Kettlebell Seated Press
Kettlebell Seated Press is a single-arm overhead press performed from a seated floor position. With the hips fixed on the ground and the legs spread for balance, the exercise removes leg drive and forces the shoulder, upper back, and trunk to do the work of getting the kettlebell overhead.
That seated setup matters because it changes the press into a more honest upper-body lift. The Deltoids do the main work, while the Trapezius, Rhomboids, and Triceps brachii help stabilize the shoulder and finish the lockout. The torso also has to resist leaning or twisting, which makes this a useful option when you want pressing strength without lower-body momentum.
The best version starts with the kettlebell parked at shoulder height in the rack position, forearm vertical, and the elbow close enough to the body that the shoulder can press in a straight line. From there, the kettlebell should travel slightly back and up so it finishes stacked over the shoulder, ribs down, neck relaxed, and wrist neutral. A strong rep looks smooth rather than explosive.
This movement is often used for shoulder strength, overhead stability, and controlled accessory work. It is also a good choice when you want to clean up pressing mechanics, because the seated position makes cheating more obvious. Light to moderate loads usually work best, especially if your goal is to keep every rep crisp and symmetrical on both sides.
If the image or setup looks unusual, the key point is still the same: keep the seat stable, press with one arm at a time, and do not let the torso kick or the lower back arch to finish the rep. The exercise should feel like a strict overhead press, not a push from the hips.
Instructions
- Sit on the floor with one leg or both legs opened wide for balance and plant both sit bones firmly on the ground.
- Hold one kettlebell in one hand at shoulder height in the rack position, with the forearm vertical and the elbow slightly in front of the torso.
- Set the free arm out to the side for balance and keep your chest tall without leaning back.
- Brace your midsection before the press so your ribs stay down and your torso does not rotate.
- Drive the kettlebell upward in a smooth line until the elbow straightens and the bell finishes stacked over the shoulder.
- At the top, keep the wrist neutral and the biceps close to the ear without shrugging hard or tipping the body.
- Lower the kettlebell with control back to the shoulder, following the same path and resisting the urge to drop it.
- Reset the rib cage and breath before the next rep, then repeat for the planned number of repetitions on that side before switching hands.
Tips & Tricks
- If your torso leans back to start the press, the bell is probably too heavy or the rack position is too low.
- Keep the elbow slightly in front of the ribs so the shoulder can press in a cleaner overhead path.
- A neutral wrist helps the kettlebell sit quietly over the forearm instead of folding backward under load.
- Pressing slightly back, not just straight up, usually gives a better lockout position over the shoulder joint.
- Do not let the non-working side collapse; the free arm and trunk should help you stay square on the floor.
- A long exhale as the bell passes the forehead can help keep the ribs from flaring and the lower back from arching.
- Use a lighter kettlebell if the top position turns into a shrug or if you cannot lower the bell under full control.
- If your hips start shifting on the floor, shorten the set before compensation turns the press into a twist.
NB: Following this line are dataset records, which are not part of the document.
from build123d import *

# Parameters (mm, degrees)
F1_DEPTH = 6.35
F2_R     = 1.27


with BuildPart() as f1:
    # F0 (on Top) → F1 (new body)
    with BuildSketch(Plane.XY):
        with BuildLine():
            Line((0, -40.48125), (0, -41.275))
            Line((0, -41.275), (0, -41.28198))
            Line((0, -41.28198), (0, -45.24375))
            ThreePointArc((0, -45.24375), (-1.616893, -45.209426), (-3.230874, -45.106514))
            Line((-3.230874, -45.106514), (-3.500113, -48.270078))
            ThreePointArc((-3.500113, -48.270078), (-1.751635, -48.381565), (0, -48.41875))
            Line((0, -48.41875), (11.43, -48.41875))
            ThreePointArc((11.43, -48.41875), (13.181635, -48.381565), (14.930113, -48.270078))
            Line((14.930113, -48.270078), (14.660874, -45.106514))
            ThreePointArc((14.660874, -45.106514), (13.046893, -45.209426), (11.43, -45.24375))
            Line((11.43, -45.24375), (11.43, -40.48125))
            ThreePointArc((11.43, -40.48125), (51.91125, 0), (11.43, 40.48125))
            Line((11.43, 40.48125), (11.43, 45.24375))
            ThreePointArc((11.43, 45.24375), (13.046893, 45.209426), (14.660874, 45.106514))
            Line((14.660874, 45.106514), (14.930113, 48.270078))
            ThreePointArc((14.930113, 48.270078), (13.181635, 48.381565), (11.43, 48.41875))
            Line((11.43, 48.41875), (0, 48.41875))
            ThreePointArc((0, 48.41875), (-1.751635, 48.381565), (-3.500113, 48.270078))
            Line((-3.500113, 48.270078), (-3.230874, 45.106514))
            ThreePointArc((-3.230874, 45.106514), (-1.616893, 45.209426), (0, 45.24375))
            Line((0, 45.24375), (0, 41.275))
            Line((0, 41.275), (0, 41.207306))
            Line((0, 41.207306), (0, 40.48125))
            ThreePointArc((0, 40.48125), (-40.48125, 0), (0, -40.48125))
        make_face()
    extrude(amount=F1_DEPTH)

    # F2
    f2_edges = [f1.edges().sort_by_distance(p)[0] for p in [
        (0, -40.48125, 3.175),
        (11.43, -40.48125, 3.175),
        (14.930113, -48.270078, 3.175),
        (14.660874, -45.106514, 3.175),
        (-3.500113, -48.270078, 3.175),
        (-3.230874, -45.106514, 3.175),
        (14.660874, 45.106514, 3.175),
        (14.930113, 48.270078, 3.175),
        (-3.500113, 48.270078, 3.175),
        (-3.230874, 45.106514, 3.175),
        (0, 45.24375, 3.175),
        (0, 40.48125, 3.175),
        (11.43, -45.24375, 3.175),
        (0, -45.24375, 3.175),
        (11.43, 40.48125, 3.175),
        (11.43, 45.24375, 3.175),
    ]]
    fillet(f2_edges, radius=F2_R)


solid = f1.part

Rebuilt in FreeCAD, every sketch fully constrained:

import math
import FreeCAD as App
import Part
import Sketcher
from FreeCAD import Vector
Q = App.Units.Quantity


def edges_at(feature, points):
    """Names of the edges that pass closest to the given points."""
    edges = feature.Shape.Edges
    near = lambda p: min(range(len(edges)), key=lambda i: edges[i].distToShape(Part.Vertex(*p))[0])
    return sorted({f"Edge{near(p) + 1}" for p in points})

doc = App.newDocument("Part")
body = doc.addObject("PartDesign::Body", "Body")

sketch1 = body.newObject("Sketcher::SketchObject", "Sketch")
sketch1.AttachmentSupport = (doc.getObject("XY_Plane"), [""])
sketch1.MapMode = "FlatFace"
sketch1.addGeometry(Part.LineSegment(Vector(0, -40.5, 0), Vector(0, -45.2, 0)), False)
sketch1.addGeometry(Part.ArcOfCircle(Part.Circle(Vector(0, -7.1, 0), Vector(0, 0, 1), 38.1), math.radians(-94.86), math.radians(-90)), False)
sketch1.addGeometry(Part.LineSegment(Vector(-3.2, -45.1, 0), Vector(-3.5, -48.3, 0)), False)
sketch1.addGeometry(Part.ArcOfCircle(Part.Circle(Vector(0, -7.1, 0), Vector(0, 0, 1), 41.3), math.radians(-94.86), math.radians(-90)), False)
sketch1.addGeometry(Part.LineSegment(Vector(0, -48.4, 0), Vector(11.4, -48.4, 0)), False)
sketch1.addGeometry(Part.ArcOfCircle(Part.Circle(Vector(11.4, -7.1, 0), Vector(0, 0, 1), 41.3), math.radians(-90), math.radians(-85.14)), False)
sketch1.addGeometry(Part.LineSegment(Vector(14.9, -48.3, 0), Vector(14.7, -45.1, 0)), False)
sketch1.addGeometry(Part.ArcOfCircle(Part.Circle(Vector(11.4, -7.1, 0), Vector(0, 0, 1), 38.1), math.radians(-90), math.radians(-85.14)), False)
sketch1.addGeometry(Part.LineSegment(Vector(11.4, -45.2, 0), Vector(11.4, -40.5, 0)), False)
sketch1.addGeometry(Part.ArcOfCircle(Part.Circle(Vector(11.4, 0, 0), Vector(0, 0, 1), 40.5), math.radians(-90), math.radians(90)), False)
sketch1.addGeometry(Part.LineSegment(Vector(11.4, 40.5, 0), Vector(11.4, 45.2, 0)), False)
sketch1.addGeometry(Part.ArcOfCircle(Part.Circle(Vector(11.4, 7.1, 0), Vector(0, 0, 1), 38.1), math.radians(85.14), math.radians(90)), False)
sketch1.addGeometry(Part.LineSegment(Vector(14.7, 45.1, 0), Vector(14.9, 48.3, 0)), False)
sketch1.addGeometry(Part.ArcOfCircle(Part.Circle(Vector(11.4, 7.1, 0), Vector(0, 0, 1), 41.3), math.radians(85.14), math.radians(90)), False)
sketch1.addGeometry(Part.LineSegment(Vector(11.4, 48.4, 0), Vector(0, 48.4, 0)), False)
sketch1.addGeometry(Part.ArcOfCircle(Part.Circle(Vector(0, 7.1, 0), Vector(0, 0, 1), 41.3), math.radians(90), math.radians(94.86)), False)
sketch1.addGeometry(Part.LineSegment(Vector(-3.5, 48.3, 0), Vector(-3.2, 45.1, 0)), False)
sketch1.addGeometry(Part.ArcOfCircle(Part.Circle(Vector(0, 7.1, 0), Vector(0, 0, 1), 38.1), math.radians(90), math.radians(94.86)), False)
sketch1.addGeometry(Part.LineSegment(Vector(0, 45.2, 0), Vector(0, 40.5, 0)), False)
sketch1.addGeometry(Part.ArcOfCircle(Part.Circle(Vector(0, 0, 0), Vector(0, 0, 1), 40.5), math.radians(90), math.radians(270)), False)
sketch1.addConstraint(Sketcher.Constraint("Coincident", 0, 2, 1, 2))
sketch1.addConstraint(Sketcher.Constraint("Coincident", 1, 1, 2, 1))
sketch1.addConstraint(Sketcher.Constraint("Coincident", 2, 2, 3, 1))
sketch1.addConstraint(Sketcher.Constraint("Tangent", 3, 2, 4, 1))
sketch1.addConstraint(Sketcher.Constraint("Tangent", 4, 2, 5, 1))
sketch1.addConstraint(Sketcher.Constraint("Coincident", 5, 2, 6, 1))
sketch1.addConstraint(Sketcher.Constraint("Coincident", 6, 2, 7, 2))
sketch1.addConstraint(Sketcher.Constraint("Coincident", 7, 1, 8, 1))
sketch1.addConstraint(Sketcher.Constraint("Coincident", 8, 2, 9, 1))
sketch1.addConstraint(Sketcher.Constraint("Coincident", 9, 2, 10, 1))
sketch1.addConstraint(Sketcher.Constraint("Coincident", 10, 2, 11, 2))
sketch1.addConstraint(Sketcher.Constraint("Coincident", 11, 1, 12, 1))
sketch1.addConstraint(Sketcher.Constraint("Coincident", 12, 2, 13, 1))
sketch1.addConstraint(Sketcher.Constraint("Tangent", 13, 2, 14, 1))
sketch1.addConstraint(Sketcher.Constraint("Tangent", 14, 2, 15, 1))
sketch1.addConstraint(Sketcher.Constraint("Coincident", 15, 2, 16, 1))
sketch1.addConstraint(Sketcher.Constraint("Coincident", 16, 2, 17, 2))
sketch1.addConstraint(Sketcher.Constraint("Coincident", 17, 1, 18, 1))
sketch1.addConstraint(Sketcher.Constraint("Coincident", 18, 2, 19, 1))
sketch1.addConstraint(Sketcher.Constraint("Coincident", 19, 2, 0, 1))
sketch1.addConstraint(Sketcher.Constraint("Vertical", 0))
sketch1.addConstraint(Sketcher.Constraint("Horizontal", 4))
sketch1.addConstraint(Sketcher.Constraint("Vertical", 8))
sketch1.addConstraint(Sketcher.Constraint("Vertical", 10))
sketch1.addConstraint(Sketcher.Constraint("Horizontal", 14))
sketch1.addConstraint(Sketcher.Constraint("Vertical", 18))
sketch1.addConstraint(Sketcher.Constraint("Coincident", 19, 3, -1, 1))
sketch1.addConstraint(Sketcher.Constraint("Equal", 3, 5))
sketch1.addConstraint(Sketcher.Constraint("Equal", 1, 7))
sketch1.addConstraint(Sketcher.Constraint("Equal", 7, 11))
sketch1.addConstraint(Sketcher.Constraint("Equal", 5, 13))
sketch1.addConstraint(Sketcher.Constraint("Equal", 13, 15))
sketch1.addConstraint(Sketcher.Constraint("Equal", 11, 17))
sketch1.addConstraint(Sketcher.Constraint("Equal", 9, 19))
sketch1.addConstraint(Sketcher.Constraint("Symmetric", 3, 2, 14, 2, -1, 1))
sketch1.addConstraint(Sketcher.Constraint("Symmetric", 0, 2, 17, 1, -1, 1))
sketch1.addConstraint(Sketcher.Constraint("Symmetric", 7, 3, 11, 3, -1))
sketch1.addConstraint(Sketcher.Constraint("Symmetric", 8, 2, 9, 2, -1))
sketch1.addConstraint(Sketcher.Constraint("Symmetric", 5, 2, 12, 2, -1))
sketch1.addConstraint(Sketcher.Constraint("Symmetric", 2, 2, 15, 2, -1))
sketch1.addConstraint(Sketcher.Constraint("Symmetric", 1, 1, 16, 2, -1))
sketch1.addConstraint(Sketcher.Constraint("PointOnObject", 0, 2, -2))
sketch1.addConstraint(Sketcher.Constraint("Parallel", 2, 12))
sketch1.addConstraint(Sketcher.Constraint("Parallel", 6, 16))
sketch1.addConstraint(Sketcher.Constraint("Horizontal", 1, 3, 7, 3))
sketch1.addConstraint(Sketcher.Constraint("Horizontal", 2, 2, 5, 2))
sketch1.addConstraint(Sketcher.Constraint("Horizontal", 1, 1, 6, 2))
sketch1.addConstraint(Sketcher.Constraint("Vertical", 9, 3, 4, 2))
sketch1.addConstraint(Sketcher.Constraint("Vertical", 4, 2, 7, 1))
sketch1.addConstraint(Sketcher.Constraint("Radius", 9, Q("1.59375 in")))
sketch1.addConstraint(Sketcher.Constraint("DistanceX", 4, 1, 4, 2, Q("0.45 in")))
sketch1.addConstraint(Sketcher.Constraint("DistanceY", 0, 2, 0, 1, Q("0.1875 in")))
sketch1.addConstraint(Sketcher.Constraint("Distance", 2, Q("0.125 in")))
sketch1.addConstraint(Sketcher.Constraint("DistanceY", 3, 2, -1, 1, Q("1.90625 in")))
sketch1.addConstraint(Sketcher.Constraint("Radius", 1, 38.09951))
sketch1.addConstraint(Sketcher.Constraint("Radius", 3, 41.275326))
sketch1.addConstraint(Sketcher.Constraint("DistanceX", 1, 1, 3, 3, Q("0.1272002 in")))
sketch1.addConstraint(Sketcher.Constraint("DistanceX", 2, 2, 1, 1, Q("0.0106 in")))
pad1 = body.newObject("PartDesign::Pad", "Pad")
pad1.Profile = sketch1
pad1.Length = Q("0.25 in")
doc.recompute()

fillet = body.newObject("PartDesign::Fillet", "Fillet")
fillet.Base = (pad1, edges_at(pad1, [
    (0, -40.481, 3.175),
    (11.43, -40.481, 3.175),
    (14.93, -48.27, 3.175),
    (14.661, -45.107, 3.175),
    (-3.5, -48.27, 3.175),
    (-3.231, -45.107, 3.175),
    (14.661, 45.107, 3.175),
    (14.93, 48.27, 3.175),
    (-3.5, 48.27, 3.175),
    (-3.231, 45.107, 3.175),
    (0, 45.244, 3.175),
    (0, 40.481, 3.175),
    (11.43, -45.244, 3.175),
    (0, -45.244, 3.175),
    (11.43, 40.481, 3.175),
    (11.43, 45.244, 3.175),
]))
fillet.Radius = Q("0.05 in")

doc.recompute()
Frequently Asked Questions
What muscle does Kettlebell Seated Press target most?
The Deltoids are the main target, with the triceps, upper back, and shoulder stabilizers helping finish the press.
Why do I sit on the floor for this press?
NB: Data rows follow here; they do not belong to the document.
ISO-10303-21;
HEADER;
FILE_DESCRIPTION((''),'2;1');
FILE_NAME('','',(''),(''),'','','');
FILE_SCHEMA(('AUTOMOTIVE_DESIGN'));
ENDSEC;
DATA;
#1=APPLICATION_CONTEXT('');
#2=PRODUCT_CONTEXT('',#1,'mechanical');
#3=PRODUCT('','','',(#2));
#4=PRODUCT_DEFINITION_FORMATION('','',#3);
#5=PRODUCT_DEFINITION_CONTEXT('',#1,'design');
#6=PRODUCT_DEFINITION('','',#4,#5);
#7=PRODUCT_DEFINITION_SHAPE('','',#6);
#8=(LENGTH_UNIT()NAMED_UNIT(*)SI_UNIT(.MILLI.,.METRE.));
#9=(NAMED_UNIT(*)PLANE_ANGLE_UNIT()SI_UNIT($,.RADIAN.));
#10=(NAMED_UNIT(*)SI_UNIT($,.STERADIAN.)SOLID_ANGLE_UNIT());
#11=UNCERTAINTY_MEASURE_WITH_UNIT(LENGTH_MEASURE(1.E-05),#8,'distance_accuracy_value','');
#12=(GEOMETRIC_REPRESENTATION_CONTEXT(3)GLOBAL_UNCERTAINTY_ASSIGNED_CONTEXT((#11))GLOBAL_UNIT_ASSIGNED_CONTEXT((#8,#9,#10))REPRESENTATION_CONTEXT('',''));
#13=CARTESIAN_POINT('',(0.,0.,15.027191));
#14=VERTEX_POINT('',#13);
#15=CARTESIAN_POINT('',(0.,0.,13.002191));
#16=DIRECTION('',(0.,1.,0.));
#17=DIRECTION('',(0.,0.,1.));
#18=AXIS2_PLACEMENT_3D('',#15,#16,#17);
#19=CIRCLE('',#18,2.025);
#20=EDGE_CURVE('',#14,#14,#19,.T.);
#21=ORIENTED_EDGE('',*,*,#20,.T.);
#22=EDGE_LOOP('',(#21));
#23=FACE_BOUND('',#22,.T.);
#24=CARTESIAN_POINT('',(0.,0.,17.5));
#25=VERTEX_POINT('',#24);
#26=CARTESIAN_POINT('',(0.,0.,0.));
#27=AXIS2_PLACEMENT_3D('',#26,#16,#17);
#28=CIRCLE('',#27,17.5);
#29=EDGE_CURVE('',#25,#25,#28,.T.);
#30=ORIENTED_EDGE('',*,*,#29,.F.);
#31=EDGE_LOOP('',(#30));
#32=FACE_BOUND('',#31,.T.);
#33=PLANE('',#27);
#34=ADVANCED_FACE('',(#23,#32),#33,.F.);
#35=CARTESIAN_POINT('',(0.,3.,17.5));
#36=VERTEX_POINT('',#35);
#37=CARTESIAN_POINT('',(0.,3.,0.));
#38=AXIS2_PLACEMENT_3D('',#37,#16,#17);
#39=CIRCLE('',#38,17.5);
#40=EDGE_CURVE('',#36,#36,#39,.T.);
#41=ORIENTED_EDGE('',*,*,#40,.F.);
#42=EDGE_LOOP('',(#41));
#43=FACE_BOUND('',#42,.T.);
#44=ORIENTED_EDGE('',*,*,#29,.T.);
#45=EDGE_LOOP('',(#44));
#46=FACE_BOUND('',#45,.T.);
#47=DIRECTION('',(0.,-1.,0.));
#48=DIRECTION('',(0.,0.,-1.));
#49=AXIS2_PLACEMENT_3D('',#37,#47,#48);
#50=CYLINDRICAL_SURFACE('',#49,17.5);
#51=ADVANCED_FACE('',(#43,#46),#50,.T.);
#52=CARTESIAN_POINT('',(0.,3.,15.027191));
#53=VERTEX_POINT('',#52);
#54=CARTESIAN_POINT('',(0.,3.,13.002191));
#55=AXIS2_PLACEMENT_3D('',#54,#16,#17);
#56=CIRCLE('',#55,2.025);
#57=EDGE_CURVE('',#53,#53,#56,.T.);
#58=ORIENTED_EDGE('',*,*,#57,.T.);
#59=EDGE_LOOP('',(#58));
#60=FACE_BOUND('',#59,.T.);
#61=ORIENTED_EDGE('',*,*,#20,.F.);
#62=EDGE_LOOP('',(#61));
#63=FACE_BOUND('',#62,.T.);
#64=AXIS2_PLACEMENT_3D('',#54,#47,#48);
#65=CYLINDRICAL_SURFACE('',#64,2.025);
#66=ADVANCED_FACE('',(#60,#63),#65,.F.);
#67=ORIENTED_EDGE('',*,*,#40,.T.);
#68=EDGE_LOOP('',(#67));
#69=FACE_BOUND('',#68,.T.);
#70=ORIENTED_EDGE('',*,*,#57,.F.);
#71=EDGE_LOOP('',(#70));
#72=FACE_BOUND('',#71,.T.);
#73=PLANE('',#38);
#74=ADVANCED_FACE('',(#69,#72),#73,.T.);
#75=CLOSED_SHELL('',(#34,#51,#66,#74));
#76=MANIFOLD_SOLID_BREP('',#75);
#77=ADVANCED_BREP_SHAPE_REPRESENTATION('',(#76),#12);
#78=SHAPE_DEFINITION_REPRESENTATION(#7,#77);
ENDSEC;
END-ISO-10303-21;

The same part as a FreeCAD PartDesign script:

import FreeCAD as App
import Part
import Sketcher

doc = App.newDocument("Part")
body = doc.addObject("PartDesign::Body", "Body")

# Sketch on XZ plane
sketch1 = body.newObject("Sketcher::SketchObject", "Sketch")
sketch1.AttachmentSupport = (doc.getObject("XZ_Plane"), [""])
sketch1.MapMode = "FlatFace"
sketch1.addGeometry([
    Part.Circle(App.Vector(0, 0, 0), App.Vector(0, 0, 1), 17.5),
    Part.Circle(App.Vector(0, 13, 0), App.Vector(0, 0, 1), 2),
], False)
sketch1.addConstraint([
    Sketcher.Constraint("Coincident", 0, 3, -1, 1),
    Sketcher.Constraint("PointOnObject", 1, 3, -2),
    Sketcher.Constraint("Diameter", 0, 35.0),
    Sketcher.Constraint("Diameter", 1, 4.05),
    Sketcher.Constraint("DistanceY", -1, 1, 1, 3, 13.002191),
])
pad1 = body.newObject("PartDesign::Pad", "Pad")
pad1.Profile = sketch1
pad1.Length = 3
pad1.Reversed = True

doc.recompute()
The seated floor position removes leg drive and makes the shoulder and trunk do the work instead of using momentum.
Should the kettlebell start at my shoulder or lower?
Start with the bell in the rack at shoulder height, with the forearm vertical and the elbow tucked close enough to stay stable.
What is the biggest form mistake on this exercise?
Leaning back or twisting the torso to finish the rep is the most common error and usually means the load is too heavy.
Can I do Kettlebell Seated Press with both hands at once?
This version is best done one arm at a time so each shoulder has to press and stabilize without help from the other side.
How high should the kettlebell finish?
At the top, the bell should be stacked over the shoulder with the elbow straight and the biceps close to the ear.
Is a floor straddle required?
No, but a wide seated base like the image uses can make it easier to stay upright and keep the torso from tipping.
What should I use if the seated press feels awkward?
Use a lighter kettlebell, reduce the range of motion briefly, or switch to a stricter seated overhead press variation until the path feels smooth.